**Assigned task**. Could you set down exactly the lines in the records below between the line holding "f 218 217 535" and the line holding "f 146 466 462", inclusive?

**Saved data entries**.
***

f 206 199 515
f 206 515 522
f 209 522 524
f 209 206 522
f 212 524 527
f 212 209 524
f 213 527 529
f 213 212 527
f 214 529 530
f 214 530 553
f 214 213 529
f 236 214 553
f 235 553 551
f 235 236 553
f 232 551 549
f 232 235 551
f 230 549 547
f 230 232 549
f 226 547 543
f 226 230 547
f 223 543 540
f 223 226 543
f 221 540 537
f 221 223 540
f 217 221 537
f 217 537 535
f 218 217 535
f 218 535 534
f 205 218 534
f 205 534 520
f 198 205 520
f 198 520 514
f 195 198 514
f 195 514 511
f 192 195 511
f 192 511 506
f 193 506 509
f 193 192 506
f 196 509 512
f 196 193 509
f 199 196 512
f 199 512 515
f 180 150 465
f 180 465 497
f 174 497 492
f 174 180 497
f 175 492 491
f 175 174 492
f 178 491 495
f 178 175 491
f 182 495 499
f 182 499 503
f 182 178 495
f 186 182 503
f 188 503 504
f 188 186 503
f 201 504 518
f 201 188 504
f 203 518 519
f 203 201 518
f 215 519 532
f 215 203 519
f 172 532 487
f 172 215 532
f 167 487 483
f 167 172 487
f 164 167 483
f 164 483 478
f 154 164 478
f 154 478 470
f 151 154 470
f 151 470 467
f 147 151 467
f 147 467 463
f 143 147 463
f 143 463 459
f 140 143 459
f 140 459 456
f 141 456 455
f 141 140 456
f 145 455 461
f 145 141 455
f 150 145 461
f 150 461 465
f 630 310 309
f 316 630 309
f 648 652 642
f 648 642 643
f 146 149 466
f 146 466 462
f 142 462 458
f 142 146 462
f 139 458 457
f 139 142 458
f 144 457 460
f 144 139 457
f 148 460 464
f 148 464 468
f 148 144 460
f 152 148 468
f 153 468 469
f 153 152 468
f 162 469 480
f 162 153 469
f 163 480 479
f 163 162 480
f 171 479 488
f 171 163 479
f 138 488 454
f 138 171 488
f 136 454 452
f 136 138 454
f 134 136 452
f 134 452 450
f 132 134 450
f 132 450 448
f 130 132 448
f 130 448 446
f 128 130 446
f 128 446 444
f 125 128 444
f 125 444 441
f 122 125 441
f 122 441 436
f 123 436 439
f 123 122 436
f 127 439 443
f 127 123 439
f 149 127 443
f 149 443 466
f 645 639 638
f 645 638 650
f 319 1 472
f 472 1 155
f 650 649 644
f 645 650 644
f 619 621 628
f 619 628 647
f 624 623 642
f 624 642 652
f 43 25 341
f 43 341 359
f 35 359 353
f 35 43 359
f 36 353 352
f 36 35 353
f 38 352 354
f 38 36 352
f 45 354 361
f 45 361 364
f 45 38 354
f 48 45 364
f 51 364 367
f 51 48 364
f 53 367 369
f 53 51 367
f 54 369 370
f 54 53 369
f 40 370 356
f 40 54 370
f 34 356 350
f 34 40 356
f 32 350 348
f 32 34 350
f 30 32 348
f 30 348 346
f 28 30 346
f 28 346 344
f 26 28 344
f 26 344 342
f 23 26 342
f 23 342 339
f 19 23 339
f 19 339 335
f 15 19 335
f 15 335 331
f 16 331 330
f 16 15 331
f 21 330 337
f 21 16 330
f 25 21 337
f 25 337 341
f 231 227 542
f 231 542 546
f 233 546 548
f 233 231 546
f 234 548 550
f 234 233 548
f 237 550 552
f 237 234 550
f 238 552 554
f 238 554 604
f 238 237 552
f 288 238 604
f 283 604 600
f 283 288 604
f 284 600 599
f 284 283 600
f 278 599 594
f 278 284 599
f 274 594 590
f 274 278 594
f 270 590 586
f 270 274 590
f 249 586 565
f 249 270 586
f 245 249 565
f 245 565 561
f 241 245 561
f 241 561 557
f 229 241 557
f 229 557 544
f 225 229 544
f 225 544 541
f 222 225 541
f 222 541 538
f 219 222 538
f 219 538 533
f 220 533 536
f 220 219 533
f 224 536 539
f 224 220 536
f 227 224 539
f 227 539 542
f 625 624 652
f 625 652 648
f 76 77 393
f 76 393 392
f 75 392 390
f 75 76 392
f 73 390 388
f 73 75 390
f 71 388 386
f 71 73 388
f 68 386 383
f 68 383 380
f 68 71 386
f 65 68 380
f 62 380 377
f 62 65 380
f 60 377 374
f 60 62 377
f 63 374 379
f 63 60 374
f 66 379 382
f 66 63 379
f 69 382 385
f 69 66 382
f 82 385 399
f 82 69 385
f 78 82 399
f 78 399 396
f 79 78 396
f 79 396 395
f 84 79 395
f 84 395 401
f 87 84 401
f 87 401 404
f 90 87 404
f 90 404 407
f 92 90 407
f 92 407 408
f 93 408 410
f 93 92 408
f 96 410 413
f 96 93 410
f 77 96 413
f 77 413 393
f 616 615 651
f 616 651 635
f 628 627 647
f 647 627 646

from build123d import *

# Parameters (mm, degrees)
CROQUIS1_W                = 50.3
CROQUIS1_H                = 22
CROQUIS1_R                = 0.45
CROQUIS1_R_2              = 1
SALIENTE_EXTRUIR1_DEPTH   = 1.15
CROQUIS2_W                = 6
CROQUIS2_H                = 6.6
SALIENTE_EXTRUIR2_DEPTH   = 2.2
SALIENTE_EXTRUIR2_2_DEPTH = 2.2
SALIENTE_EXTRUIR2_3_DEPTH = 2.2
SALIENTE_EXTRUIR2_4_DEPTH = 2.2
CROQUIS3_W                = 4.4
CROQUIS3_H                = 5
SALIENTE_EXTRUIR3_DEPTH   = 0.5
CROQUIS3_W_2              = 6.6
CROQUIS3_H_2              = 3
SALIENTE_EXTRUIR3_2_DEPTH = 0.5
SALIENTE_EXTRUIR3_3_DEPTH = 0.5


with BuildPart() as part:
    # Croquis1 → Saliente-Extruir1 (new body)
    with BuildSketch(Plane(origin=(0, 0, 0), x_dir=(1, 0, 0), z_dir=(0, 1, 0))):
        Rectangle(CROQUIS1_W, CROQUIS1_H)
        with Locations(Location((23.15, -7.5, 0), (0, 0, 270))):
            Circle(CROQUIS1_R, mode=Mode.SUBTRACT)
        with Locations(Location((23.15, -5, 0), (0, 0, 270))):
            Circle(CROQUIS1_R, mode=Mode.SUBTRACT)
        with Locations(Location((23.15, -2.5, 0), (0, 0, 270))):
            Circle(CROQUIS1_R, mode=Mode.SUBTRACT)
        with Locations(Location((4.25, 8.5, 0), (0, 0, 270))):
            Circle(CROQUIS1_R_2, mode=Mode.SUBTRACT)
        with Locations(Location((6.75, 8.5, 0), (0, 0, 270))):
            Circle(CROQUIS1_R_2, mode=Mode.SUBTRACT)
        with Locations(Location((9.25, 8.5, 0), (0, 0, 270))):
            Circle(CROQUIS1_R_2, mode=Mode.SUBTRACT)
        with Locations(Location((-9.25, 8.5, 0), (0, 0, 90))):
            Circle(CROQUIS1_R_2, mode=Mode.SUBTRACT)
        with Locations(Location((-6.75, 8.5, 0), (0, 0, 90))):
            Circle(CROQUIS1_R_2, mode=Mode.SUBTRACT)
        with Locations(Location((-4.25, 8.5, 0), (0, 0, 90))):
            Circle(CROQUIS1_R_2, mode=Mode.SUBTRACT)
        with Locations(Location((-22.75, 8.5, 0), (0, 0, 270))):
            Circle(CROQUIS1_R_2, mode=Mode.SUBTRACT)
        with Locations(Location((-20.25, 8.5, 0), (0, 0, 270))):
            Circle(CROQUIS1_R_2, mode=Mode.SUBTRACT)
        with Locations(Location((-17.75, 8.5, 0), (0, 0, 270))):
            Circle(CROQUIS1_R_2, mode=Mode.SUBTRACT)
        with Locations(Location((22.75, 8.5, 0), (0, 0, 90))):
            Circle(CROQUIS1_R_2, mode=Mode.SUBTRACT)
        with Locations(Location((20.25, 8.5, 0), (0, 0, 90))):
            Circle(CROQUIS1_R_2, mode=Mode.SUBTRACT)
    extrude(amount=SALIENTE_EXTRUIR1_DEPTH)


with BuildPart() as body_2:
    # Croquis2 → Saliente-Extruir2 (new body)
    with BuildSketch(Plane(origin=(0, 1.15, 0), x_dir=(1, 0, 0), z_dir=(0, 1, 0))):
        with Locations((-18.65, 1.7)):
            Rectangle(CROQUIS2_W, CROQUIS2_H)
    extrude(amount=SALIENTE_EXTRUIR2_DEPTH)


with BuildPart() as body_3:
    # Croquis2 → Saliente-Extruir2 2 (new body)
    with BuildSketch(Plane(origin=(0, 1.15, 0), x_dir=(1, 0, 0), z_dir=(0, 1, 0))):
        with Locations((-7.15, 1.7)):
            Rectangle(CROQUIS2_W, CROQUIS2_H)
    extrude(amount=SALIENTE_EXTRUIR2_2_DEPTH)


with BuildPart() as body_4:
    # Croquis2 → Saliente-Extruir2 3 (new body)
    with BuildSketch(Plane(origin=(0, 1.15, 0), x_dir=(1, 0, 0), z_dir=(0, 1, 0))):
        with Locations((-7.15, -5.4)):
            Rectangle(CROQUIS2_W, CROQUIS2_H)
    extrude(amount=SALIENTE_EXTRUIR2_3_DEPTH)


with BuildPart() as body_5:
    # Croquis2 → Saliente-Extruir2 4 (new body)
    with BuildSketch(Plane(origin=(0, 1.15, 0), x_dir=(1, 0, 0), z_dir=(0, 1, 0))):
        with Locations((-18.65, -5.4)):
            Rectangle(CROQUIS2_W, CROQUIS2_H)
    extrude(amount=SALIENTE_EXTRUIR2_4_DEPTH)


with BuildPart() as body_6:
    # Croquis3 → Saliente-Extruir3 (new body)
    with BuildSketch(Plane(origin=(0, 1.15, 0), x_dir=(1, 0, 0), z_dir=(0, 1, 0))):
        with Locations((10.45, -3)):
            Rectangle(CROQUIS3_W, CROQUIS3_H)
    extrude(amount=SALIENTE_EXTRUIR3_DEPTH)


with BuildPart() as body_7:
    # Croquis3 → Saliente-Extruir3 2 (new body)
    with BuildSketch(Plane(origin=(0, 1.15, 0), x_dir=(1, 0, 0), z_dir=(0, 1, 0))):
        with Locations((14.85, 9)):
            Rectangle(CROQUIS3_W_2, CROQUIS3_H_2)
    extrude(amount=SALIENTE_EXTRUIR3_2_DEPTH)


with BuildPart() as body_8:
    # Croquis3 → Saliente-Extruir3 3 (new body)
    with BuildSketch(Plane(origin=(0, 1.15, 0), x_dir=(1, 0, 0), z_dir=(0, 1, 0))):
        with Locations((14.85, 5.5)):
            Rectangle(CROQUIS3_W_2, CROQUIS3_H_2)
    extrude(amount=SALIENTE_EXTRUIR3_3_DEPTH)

***

**Output for this task**.
f 218 217 535
f 218 535 534
f 205 218 534
f 205 534 520
f 198 205 520
f 198 520 514
f 195 198 514
f 195 514 511
f 192 195 511
f 192 511 506
f 193 506 509
f 193 192 506
f 196 509 512
f 196 193 509
f 199 196 512
f 199 512 515
f 180 150 465
f 180 465 497
f 174 497 492
f 174 180 497
f 175 492 491
f 175 174 492
f 178 491 495
f 178 175 491
f 182 495 499
f 182 499 503
f 182 178 495
f 186 182 503
f 188 503 504
f 188 186 503
f 201 504 518
f 201 188 504
f 203 518 519
f 203 201 518
f 215 519 532
f 215 203 519
f 172 532 487
f 172 215 532
f 167 487 483
f 167 172 487
f 164 167 483
f 164 483 478
f 154 164 478
f 154 478 470
f 151 154 470
f 151 470 467
f 147 151 467
f 147 467 463
f 143 147 463
f 143 463 459
f 140 143 459
f 140 459 456
f 141 456 455
f 141 140 456
f 145 455 461
f 145 141 455
f 150 145 461
f 150 461 465
f 630 310 309
f 316 630 309
f 648 652 642
f 648 642 643
f 146 149 466
f 146 466 462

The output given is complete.